Keywords: face recognition, DCT, Compression level and rotated histogram

INTRODUCTION

Image compression is the application of data compression on digital images, meanwhile maintaining the quality of the images. The main purpose of image compression is to reduce redundancy and irrelevancy present in an image, so that it can be stored, transferred and recovered efficiently (Rani and Bishnoi, 2014). The DCT has become one of the most successful transforms in image processing for the purpose of data compression, feature extraction and recognition (Jing and Zhang, 2004; Amornraksa and Tachaphetpiboon, 2006). The transform tends to concentrate the information, making it useful for image compression applications (Jain, 1989; Pennebaker and Mitchell, 1993). It was categorized in the computer vision by Wang (1984), into four slightly different transformations named DCT-I, DCT-II, DCT-III and DCT-IV. It has been successfully used for face recognition in Kao et al. (2010), Dabbaghchian et al. (2010) and Cui and Zhang (2012a, b).

Furthermore, image compression algorithms are divided into two groups: Lossless and lossy compression (Pratt, 2001; Moerland, 2003; Ahmed, 2011). Lossless image compression techniques compress image without introduction of errors in the decompressed image. It does not give high compression ratio but ensures no quality loss. Conversely, in lossy image compression techniques some amount of data are discarded. Although, the compression ratio achieved is generally higher but at the expense of image quality (Dutta et al., 2012). The former occurred up to a certain level beyond which errors are introduced.

Intensity histogram provides information about the global appearance (whole pixel) of an image and it is always a solution to comparison of colors (Mohamad et al., 2010). The histogram is used for image enhancement, segmentation or compression. The impact of image compression is shown when the dynamic range is reduced to only little intensity (quantization).

There are various compression techniques, some of which focused on high compression ratio, whereas some on better quality with appreciable compression ratio (Dutta et al., 2012). Feature extracted from DCT was used for face recognition in Hafed and Levine (2001); the paper declared that, DCT gives the near-optimal performance of Karhunen-Loeve Transform (KLT) in facial information compression. However, many approaches have been proposed to boost the accuracy of lossy and lossless image compressions. Another research proposed by Dutta et al. (2012) was on compression algorithm for lossy image using histogram based block optimization and arithmetic coding where better compression ratio was reported. In another algorithm suggested by Ferreira and Pinho (2002), a preprocessing technique using histogram packing was discussed which cut down the approximation error by reducing the image variation to improve the lossless compression rates. Moreover, a hierarchical statistical Compressive Sensing (CS) inversion algorithm for wavelet-based and JPEG-based DCT was developed in He et al. (2010), where a Tree-Structure in the sparseness pattern was exploited. This yielded computational efficiency while exploiting the structure inherent to each construction.

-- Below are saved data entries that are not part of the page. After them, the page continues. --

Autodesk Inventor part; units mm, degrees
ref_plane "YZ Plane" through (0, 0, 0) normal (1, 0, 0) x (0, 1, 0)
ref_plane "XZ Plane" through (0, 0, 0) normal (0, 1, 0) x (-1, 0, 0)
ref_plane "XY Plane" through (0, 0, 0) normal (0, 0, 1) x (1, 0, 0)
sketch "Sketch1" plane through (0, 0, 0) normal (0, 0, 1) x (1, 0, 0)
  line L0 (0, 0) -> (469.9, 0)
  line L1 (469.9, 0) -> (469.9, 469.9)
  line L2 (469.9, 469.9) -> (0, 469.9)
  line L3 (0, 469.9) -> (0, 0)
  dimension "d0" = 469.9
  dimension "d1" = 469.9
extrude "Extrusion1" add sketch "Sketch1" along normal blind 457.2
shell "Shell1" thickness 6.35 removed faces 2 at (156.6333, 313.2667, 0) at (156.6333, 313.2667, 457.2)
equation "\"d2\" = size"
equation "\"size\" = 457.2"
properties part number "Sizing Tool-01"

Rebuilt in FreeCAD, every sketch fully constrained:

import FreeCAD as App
import Part
import Sketcher
Q = App.Units.Quantity


def faces_at(feature, points):
    """Names of the faces that lie closest to the given points."""
    faces = feature.Shape.Faces
    near = lambda p: min(range(len(faces)), key=lambda i: faces[i].distToShape(Part.Vertex(*p))[0])
    return sorted({f"Face{near(p) + 1}" for p in points})


def add_polygon(sketch, points):
    """Adds a closed chain of lines whose ends are joined by coincident constraints."""
    first, n = sketch.GeometryCount, len(points)
    for a, b in zip(points, points[1:] + points[:1]):
        sketch.addGeometry(Part.LineSegment(App.Vector(*a, 0), App.Vector(*b, 0)), False)
    for i in range(n):
        sketch.addConstraint(Sketcher.Constraint("Coincident", first + i, 2, first + (i + 1) % n, 1))

doc = App.newDocument("Part")
params = doc.addObject("Spreadsheet::Sheet", "Params")
for row, (alias, value) in enumerate([
    ("sketch1_width", "18.5 in"),
    ("pad1_length", "18 in"),
    ("thickness_wall", "0.25 in"),
], start=1):
    params.set(f"A{row}", alias)
    params.set(f"B{row}", "=" + value)
    params.setAlias(f"B{row}", alias)

body = doc.addObject("PartDesign::Body", "Body")

# Sketch on XY plane
sketch1 = body.newObject("Sketcher::SketchObject", "Sketch")
sketch1.AttachmentSupport = (doc.getObject("XY_Plane"), [""])
sketch1.MapMode = "FlatFace"
add_polygon(sketch1, [(0, 469.9), (0, 0), (469.9, 0), (469.9, 469.9)])  # lines 0-3
sketch1.addConstraint(Sketcher.Constraint("Vertical", 0))
sketch1.addConstraint(Sketcher.Constraint("Horizontal", 1))
sketch1.addConstraint(Sketcher.Constraint("Vertical", 2))
sketch1.addConstraint(Sketcher.Constraint("Horizontal", 3))
sketch1.addConstraint(Sketcher.Constraint("Coincident", 0, 2, -1, 1))
sketch1.addConstraint(Sketcher.Constraint("Equal", 3, 0))
sketch1.addConstraint(Sketcher.Constraint("DistanceX", 1, 1, 1, 2, Q("18.5 in")))
sketch1.setExpression("Constraints[10]", "Params.sketch1_width")
pad1 = body.newObject("PartDesign::Pad", "Pad")
pad1.Profile = sketch1
pad1.setExpression("Length", "Params.pad1_length")
doc.recompute()

thickness = body.newObject("PartDesign::Thickness", "Thickness")
thickness.Base = (pad1, faces_at(pad1, [(156.633, 313.267, 0), (156.633, 313.267, 457.2)]))
thickness.setExpression("Value", "Params.thickness_wall")
thickness.Reversed = True
thickness.Join = "Intersection"

doc.recompute()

All these researches and many more in the literature that used DCT especially on faces, concentrate more on extracting low frequency coefficients of the DCT matrix. Nevertheless, despite the energy compaction of the DCT, the acquired images may be too large when it comes to recognition of real life with large users. Hence, highly compressive technique is required even before the feature extraction. A closer approach investigated on the use of histogram recently and the idea of rotated histogram was used on face detection using Hough Transform (HT) in Zahraddeen et al. (2014a). This research brought another benefit upon Duda and Hart (1972) on the restricted use of Hough transform. It also expanded the idea of using HT in image processing. To the best of authors’ knowledge, DCT has never been applied on the compressed original image.

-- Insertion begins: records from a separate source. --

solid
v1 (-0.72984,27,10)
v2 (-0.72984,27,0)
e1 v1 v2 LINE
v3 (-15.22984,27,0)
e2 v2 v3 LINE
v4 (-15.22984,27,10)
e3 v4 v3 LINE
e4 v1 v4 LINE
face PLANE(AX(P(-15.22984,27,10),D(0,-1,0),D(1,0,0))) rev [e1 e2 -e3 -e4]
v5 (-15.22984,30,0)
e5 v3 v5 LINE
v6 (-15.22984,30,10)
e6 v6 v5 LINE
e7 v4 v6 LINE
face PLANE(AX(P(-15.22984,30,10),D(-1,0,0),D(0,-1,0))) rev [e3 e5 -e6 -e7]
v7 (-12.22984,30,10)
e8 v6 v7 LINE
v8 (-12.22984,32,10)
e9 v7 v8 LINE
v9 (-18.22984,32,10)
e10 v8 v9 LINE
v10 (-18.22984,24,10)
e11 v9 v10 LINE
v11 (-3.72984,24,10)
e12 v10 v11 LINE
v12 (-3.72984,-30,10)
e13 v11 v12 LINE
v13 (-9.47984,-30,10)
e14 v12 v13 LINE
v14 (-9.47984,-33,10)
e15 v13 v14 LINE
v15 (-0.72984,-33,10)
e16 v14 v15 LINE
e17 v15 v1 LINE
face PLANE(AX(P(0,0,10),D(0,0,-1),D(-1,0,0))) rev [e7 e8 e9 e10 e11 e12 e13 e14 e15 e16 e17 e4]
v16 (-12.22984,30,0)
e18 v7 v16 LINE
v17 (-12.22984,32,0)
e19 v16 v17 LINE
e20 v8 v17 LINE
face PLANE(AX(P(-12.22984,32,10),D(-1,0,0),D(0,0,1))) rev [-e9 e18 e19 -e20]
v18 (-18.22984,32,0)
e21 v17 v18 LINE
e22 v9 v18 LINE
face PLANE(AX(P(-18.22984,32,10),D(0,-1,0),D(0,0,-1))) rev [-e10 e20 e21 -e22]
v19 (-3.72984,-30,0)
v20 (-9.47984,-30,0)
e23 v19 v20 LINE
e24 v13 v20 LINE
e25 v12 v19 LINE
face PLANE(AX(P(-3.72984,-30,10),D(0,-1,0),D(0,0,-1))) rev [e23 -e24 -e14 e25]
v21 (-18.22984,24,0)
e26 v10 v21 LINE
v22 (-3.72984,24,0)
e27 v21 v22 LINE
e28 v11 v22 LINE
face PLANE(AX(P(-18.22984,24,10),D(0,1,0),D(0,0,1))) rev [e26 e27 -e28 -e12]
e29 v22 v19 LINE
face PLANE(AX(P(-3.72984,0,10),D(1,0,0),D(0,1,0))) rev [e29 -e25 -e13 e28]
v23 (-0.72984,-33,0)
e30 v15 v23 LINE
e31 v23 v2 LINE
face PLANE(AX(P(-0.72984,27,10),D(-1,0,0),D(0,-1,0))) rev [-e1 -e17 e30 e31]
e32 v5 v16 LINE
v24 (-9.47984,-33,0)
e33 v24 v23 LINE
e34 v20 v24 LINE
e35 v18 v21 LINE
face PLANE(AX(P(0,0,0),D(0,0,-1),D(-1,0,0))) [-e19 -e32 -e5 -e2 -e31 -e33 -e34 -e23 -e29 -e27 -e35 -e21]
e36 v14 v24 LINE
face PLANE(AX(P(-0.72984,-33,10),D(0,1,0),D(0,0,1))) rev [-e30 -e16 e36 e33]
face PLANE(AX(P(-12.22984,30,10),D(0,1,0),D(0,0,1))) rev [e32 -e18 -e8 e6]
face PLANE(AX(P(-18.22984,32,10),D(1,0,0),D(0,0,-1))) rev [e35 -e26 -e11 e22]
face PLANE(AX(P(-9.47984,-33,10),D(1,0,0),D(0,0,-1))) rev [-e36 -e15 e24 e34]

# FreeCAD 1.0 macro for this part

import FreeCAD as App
import Part
import Sketcher
from FreeCAD import Vector


def add_polygon(sketch, points):
    """Adds a closed chain of lines whose ends are joined by coincident constraints."""
    first, n = sketch.GeometryCount, len(points)
    for a, b in zip(points, points[1:] + points[:1]):
        sketch.addGeometry(Part.LineSegment(App.Vector(*a, 0), App.Vector(*b, 0)), False)
    for i in range(n):
        sketch.addConstraint(Sketcher.Constraint("Coincident", first + i, 2, first + (i + 1) % n, 1))

doc = App.newDocument("Part")
body = doc.addObject("PartDesign::Body", "Body")

sketch1 = doc.addObject("Sketcher::SketchObject", "Sketch")
body.addObject(sketch1)
sketch1.AttachmentSupport = (doc.XY_Plane, [""])
sketch1.MapMode = "FlatFace"
add_polygon(sketch1, [(-18.22984, 32), (-18.22984, 24), (-3.72984, 24), (-3.72984, -30), (-9.47984, -30), (-9.47984, -33), (-0.72984, -33), (-0.72984, 27), (-15.22984, 27), (-15.22984, 30), (-12.22984, 30), (-12.22984, 32)])
sketch1.addConstraint(Sketcher.Constraint("Vertical", 0))
sketch1.addConstraint(Sketcher.Constraint("Horizontal", 1))
sketch1.addConstraint(Sketcher.Constraint("Vertical", 2))
sketch1.addConstraint(Sketcher.Constraint("Horizontal", 3))
sketch1.addConstraint(Sketcher.Constraint("Vertical", 4))
sketch1.addConstraint(Sketcher.Constraint("Horizontal", 5))
sketch1.addConstraint(Sketcher.Constraint("Vertical", 6))
sketch1.addConstraint(Sketcher.Constraint("Horizontal", 7))
sketch1.addConstraint(Sketcher.Constraint("Vertical", 8))
sketch1.addConstraint(Sketcher.Constraint("Horizontal", 9))
sketch1.addConstraint(Sketcher.Constraint("Vertical", 10))
sketch1.addConstraint(Sketcher.Constraint("Horizontal", 11))
sketch1.addConstraint(Sketcher.Constraint("Equal", 1, 7))
sketch1.addConstraint(Sketcher.Constraint("Equal", 9, 4))
sketch1.addConstraint(Sketcher.Constraint("Equal", 4, 8))
sketch1.addConstraint(Sketcher.Constraint("DistanceX", 9, 1, 9, 2, 3.0))
sketch1.addConstraint(Sketcher.Constraint("DistanceX", 11, 2, 11, 1, 6.0))
sketch1.addConstraint(Sketcher.Constraint("DistanceY", 0, 2, 0, 1, 8.0))
sketch1.addConstraint(Sketcher.Constraint("DistanceY", 2, 2, 2, 1, 54.0))
sketch1.addConstraint(Sketcher.Constraint("DistanceY", 6, 1, 6, 2, 60.0))
sketch1.addConstraint(Sketcher.Constraint("DistanceX", 1, 1, 1, 2, 14.5))
sketch1.addConstraint(Sketcher.Constraint("DistanceY", -1, 1, 0, 2, 24.0))
sketch1.addConstraint(Sketcher.Constraint("DistanceX", 3, 2, 3, 1, 5.75))
sketch1.addConstraint(Sketcher.Constraint("DistanceX", 0, 2, -1, 1, 18.22984))
pad1 = doc.addObject("PartDesign::Pad", "Pad")
body.addObject(pad1)
pad1.Profile = sketch1
pad1.Length = 10

doc.recompute()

In this study, a pioneering feature extraction through DCT and histogram is proposed into the literature. The idea is to discover if DCT can be applied on a reduced feature obtained from histogram and to find a suitable rotation angle of the histogram to obtain the appropriate feature representing original image of face. The goals of this framework are two-fold: First, to improve lossy compression techniques and promote recognition accuracy. Second, is to enable creation of a system with large number of users on a given amount of disk or memory space. As a result of that, the problem of data storage during enrollment is minimized. In addition, the proposed algorithm is very simple to implement and it gives better compression ratio.

IDEA OF THE PROPOSED SOLUTION

Figure 1 demonstrates the principle of the new DCT, where the image in spatial domain has to be converted to intensity histogram before the DCT is applied.

Fig. 1:Image transformation from spatial domain through histogram and to frequency domain

The definition of the new DCT for an input image f and output image F can be written in Eq. 1.

(1)

Where:

and:

Rhx = (x–Δx); Rhy = (y–Δy)

The ‘Δx’ and ‘Δy’ represent the changes induced in the spatial domain by the rotation of the histogram at angle 45°. Whereas ‘Rhx’ and ‘Rhy’ represent the reduced feature of the original image before computing the DCT.

The ‘M’ and ‘N’ are the row and column size (of rotated histogram) respectively which also varied according to change of the angle.

MATERIALS AND METHODS

ORL face database was used to test the proposed DCT. The images from this dataset were preprocessed accordingly. And samples of one subject are shown in Fig. 2. In addition, MATLAB R2012b version 8.0 was used for simulation.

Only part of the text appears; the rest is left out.